Stored data:
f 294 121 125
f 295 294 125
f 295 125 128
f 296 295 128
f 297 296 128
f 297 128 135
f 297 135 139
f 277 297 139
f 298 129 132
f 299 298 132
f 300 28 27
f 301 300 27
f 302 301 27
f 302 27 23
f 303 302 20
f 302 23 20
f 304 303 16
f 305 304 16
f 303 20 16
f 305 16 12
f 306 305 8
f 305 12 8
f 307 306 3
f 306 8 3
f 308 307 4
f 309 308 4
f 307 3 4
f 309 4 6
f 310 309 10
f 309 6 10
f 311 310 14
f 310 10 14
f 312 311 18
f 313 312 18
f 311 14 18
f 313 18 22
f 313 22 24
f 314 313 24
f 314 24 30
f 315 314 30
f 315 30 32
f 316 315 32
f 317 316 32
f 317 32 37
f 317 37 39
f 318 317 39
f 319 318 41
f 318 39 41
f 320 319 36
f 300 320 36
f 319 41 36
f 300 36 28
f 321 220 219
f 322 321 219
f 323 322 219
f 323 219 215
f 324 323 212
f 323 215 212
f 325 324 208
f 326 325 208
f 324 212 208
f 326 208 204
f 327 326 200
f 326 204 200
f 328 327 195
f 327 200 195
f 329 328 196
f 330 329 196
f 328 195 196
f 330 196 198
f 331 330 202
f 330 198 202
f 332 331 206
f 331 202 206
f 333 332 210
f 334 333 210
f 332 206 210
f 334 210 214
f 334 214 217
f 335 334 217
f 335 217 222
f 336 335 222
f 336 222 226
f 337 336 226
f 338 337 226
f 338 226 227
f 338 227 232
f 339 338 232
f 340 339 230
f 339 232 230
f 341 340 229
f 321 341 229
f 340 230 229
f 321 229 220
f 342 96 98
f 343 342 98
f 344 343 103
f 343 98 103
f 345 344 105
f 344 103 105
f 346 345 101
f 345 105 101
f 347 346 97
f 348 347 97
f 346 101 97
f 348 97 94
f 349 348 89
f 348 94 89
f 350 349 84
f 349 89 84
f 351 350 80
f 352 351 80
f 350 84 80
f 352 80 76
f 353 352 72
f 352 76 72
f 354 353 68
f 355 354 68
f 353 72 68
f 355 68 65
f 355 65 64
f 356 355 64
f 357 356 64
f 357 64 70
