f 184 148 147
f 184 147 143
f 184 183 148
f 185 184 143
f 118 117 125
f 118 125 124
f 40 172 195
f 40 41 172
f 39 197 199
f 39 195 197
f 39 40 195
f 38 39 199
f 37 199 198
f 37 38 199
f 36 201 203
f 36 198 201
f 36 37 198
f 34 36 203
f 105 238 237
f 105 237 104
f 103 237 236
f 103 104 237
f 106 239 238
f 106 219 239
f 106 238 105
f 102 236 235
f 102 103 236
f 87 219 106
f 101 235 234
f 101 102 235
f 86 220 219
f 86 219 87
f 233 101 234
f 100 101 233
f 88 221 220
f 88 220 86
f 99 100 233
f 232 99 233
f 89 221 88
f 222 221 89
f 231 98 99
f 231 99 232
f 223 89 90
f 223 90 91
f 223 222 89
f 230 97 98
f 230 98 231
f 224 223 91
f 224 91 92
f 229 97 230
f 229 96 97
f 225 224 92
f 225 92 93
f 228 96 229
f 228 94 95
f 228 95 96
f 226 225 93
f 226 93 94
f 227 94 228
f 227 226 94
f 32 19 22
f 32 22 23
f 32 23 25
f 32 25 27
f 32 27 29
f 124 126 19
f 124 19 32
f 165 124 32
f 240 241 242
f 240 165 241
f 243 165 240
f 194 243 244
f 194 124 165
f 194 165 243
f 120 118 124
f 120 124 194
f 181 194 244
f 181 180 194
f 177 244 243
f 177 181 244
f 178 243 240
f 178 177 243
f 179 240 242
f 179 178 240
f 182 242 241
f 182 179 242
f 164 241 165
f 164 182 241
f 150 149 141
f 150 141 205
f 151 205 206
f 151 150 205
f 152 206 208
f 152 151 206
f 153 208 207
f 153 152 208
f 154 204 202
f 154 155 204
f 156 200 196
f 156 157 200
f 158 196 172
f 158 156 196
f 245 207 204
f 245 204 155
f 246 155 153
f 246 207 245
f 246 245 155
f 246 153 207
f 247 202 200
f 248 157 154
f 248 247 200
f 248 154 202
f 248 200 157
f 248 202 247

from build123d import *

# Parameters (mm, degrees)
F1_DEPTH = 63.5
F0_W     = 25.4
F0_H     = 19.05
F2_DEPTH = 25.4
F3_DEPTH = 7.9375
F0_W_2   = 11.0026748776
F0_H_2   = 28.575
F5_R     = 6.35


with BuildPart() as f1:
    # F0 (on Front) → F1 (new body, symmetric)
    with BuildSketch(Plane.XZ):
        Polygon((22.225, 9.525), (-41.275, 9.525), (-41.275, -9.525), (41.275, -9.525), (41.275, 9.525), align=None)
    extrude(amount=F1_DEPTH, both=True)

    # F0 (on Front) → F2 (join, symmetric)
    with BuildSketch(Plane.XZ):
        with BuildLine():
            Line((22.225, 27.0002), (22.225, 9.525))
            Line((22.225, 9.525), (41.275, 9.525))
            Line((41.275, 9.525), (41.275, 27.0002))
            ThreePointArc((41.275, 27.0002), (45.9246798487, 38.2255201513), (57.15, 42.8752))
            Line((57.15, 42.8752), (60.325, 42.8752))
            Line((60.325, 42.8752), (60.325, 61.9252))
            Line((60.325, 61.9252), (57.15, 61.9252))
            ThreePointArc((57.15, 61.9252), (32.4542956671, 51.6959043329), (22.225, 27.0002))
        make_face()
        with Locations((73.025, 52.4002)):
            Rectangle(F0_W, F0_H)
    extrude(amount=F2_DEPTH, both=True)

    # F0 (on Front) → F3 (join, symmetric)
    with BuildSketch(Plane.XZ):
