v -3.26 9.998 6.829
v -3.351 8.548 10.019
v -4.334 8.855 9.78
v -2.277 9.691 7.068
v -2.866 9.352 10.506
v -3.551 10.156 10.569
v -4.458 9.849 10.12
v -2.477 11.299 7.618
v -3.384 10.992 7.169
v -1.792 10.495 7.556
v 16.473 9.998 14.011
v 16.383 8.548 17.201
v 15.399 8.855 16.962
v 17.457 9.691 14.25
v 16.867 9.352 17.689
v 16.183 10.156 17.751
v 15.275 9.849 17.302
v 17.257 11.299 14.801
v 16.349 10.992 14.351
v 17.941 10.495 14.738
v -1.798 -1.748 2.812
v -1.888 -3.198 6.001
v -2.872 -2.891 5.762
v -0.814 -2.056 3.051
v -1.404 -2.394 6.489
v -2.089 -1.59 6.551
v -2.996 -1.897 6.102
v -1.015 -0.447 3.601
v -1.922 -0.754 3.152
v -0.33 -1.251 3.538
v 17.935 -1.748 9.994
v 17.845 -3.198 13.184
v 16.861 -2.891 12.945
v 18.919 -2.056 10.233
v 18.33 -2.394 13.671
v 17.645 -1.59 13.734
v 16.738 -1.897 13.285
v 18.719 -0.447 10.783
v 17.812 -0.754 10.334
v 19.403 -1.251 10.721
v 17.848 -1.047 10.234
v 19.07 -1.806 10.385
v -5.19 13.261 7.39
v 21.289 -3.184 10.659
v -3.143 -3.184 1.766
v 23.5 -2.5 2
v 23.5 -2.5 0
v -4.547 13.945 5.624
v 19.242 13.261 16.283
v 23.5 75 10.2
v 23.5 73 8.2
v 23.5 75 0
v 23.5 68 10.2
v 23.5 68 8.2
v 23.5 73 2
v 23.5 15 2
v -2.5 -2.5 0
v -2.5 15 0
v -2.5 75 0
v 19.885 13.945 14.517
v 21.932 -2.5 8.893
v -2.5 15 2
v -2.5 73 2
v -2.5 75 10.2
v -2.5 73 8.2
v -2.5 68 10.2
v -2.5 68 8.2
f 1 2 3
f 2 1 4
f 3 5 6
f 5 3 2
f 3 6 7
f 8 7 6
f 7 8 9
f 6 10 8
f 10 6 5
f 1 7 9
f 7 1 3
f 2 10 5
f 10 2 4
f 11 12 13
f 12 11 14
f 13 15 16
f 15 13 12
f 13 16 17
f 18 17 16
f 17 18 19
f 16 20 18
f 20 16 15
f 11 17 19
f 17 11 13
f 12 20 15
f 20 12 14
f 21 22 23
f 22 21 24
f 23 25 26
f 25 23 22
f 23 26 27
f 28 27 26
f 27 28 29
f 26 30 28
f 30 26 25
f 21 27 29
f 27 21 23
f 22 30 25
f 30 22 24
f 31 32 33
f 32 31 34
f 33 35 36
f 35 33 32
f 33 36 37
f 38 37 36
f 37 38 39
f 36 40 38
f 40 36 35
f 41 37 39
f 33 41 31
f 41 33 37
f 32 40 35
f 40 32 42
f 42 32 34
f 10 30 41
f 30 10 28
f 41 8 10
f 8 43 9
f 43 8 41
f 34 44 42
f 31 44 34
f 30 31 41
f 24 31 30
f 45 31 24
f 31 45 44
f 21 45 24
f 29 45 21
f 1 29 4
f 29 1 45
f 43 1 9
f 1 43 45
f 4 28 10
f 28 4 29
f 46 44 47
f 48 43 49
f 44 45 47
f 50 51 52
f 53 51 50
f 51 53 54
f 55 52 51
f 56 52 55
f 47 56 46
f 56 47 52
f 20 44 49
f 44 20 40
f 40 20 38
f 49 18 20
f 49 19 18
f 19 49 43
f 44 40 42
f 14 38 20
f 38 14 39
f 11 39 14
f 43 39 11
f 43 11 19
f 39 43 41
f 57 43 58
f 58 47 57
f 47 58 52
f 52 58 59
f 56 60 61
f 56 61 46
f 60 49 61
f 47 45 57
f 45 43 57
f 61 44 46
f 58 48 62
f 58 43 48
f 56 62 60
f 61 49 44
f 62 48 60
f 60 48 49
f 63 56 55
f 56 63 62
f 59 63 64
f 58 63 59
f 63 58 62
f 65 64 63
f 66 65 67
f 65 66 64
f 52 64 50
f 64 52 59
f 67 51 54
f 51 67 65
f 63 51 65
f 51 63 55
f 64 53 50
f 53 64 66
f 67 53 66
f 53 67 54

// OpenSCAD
wall_thickness = 6.2;
thickness = 2;
height_offset = 60;

right_rotation = 20;
down_rotation  = 20;

rotate([down_rotation,-right_rotation,0])
translate([0,0,thickness]){

    cylinder(h=5, d=1.8);
    translate([21,0,0]) cylinder(h=5, d=1.8);

    translate([0,12.5,0]) {
        cylinder(h=5, d=1.8);
        translate([21,0,0]) cylinder(h=5, d=1.8);    
        }
}

    
    
translate([-5/2,-5/2,0]){
    hull() {
    rotate([down_rotation,-right_rotation,0]) cube([21+5, 12.5+5, 2]);
    cube([21+5, 12.5+5, 2]);
    }
    translate([0, 12.5+5, 0]) cube([21+5, height_offset, 2]);
    translate([0,12.5+5+height_offset-thickness,thickness]) #cube([21+5,thickness,wall_thickness]);
    translate([0,12.5+height_offset-thickness,wall_thickness+thickness]) cube([21+5,5+thickness,thickness]);
    }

WORK INSTRUCTIONS: Scan the records above for the lines holding "f 248 247 200" and "v 16.383 8.548 17.201". Transcribe those two and every line between them word for word, and no others.

RESPONSE FOR THIS EXERCISE:
f 248 247 200
f 248 154 202
f 248 200 157
f 248 202 247

from build123d import *

# Parameters (mm, degrees)
F1_DEPTH = 63.5
F0_W     = 25.4
F0_H     = 19.05
F2_DEPTH = 25.4
F3_DEPTH = 7.9375
F0_W_2   = 11.0026748776
F0_H_2   = 28.575
F5_R     = 6.35


with BuildPart() as f1:
    # F0 (on Front) → F1 (new body, symmetric)
    with BuildSketch(Plane.XZ):
        Polygon((22.225, 9.525), (-41.275, 9.525), (-41.275, -9.525), (41.275, -9.525), (41.275, 9.525), align=None)
    extrude(amount=F1_DEPTH, both=True)

    # F0 (on Front) → F2 (join, symmetric)
    with BuildSketch(Plane.XZ):
        with BuildLine():
            Line((22.225, 27.0002), (22.225, 9.525))
            Line((22.225, 9.525), (41.275, 9.525))
            Line((41.275, 9.525), (41.275, 27.0002))
            ThreePointArc((41.275, 27.0002), (45.9246798487, 38.2255201513), (57.15, 42.8752))
            Line((57.15, 42.8752), (60.325, 42.8752))
            Line((60.325, 42.8752), (60.325, 61.9252))
            Line((60.325, 61.9252), (57.15, 61.9252))
            ThreePointArc((57.15, 61.9252), (32.4542956671, 51.6959043329), (22.225, 27.0002))
        make_face()
        with Locations((73.025, 52.4002)):
            Rectangle(F0_W, F0_H)
    extrude(amount=F2_DEPTH, both=True)

    # F0 (on Front) → F3 (join, symmetric)
    with BuildSketch(Plane.XZ):
v -3.26 9.998 6.829
v -3.351 8.548 10.019
v -4.334 8.855 9.78
v -2.277 9.691 7.068
v -2.866 9.352 10.506
v -3.551 10.156 10.569
v -4.458 9.849 10.12
v -2.477 11.299 7.618
v -3.384 10.992 7.169
v -1.792 10.495 7.556
v 16.473 9.998 14.011
v 16.383 8.548 17.201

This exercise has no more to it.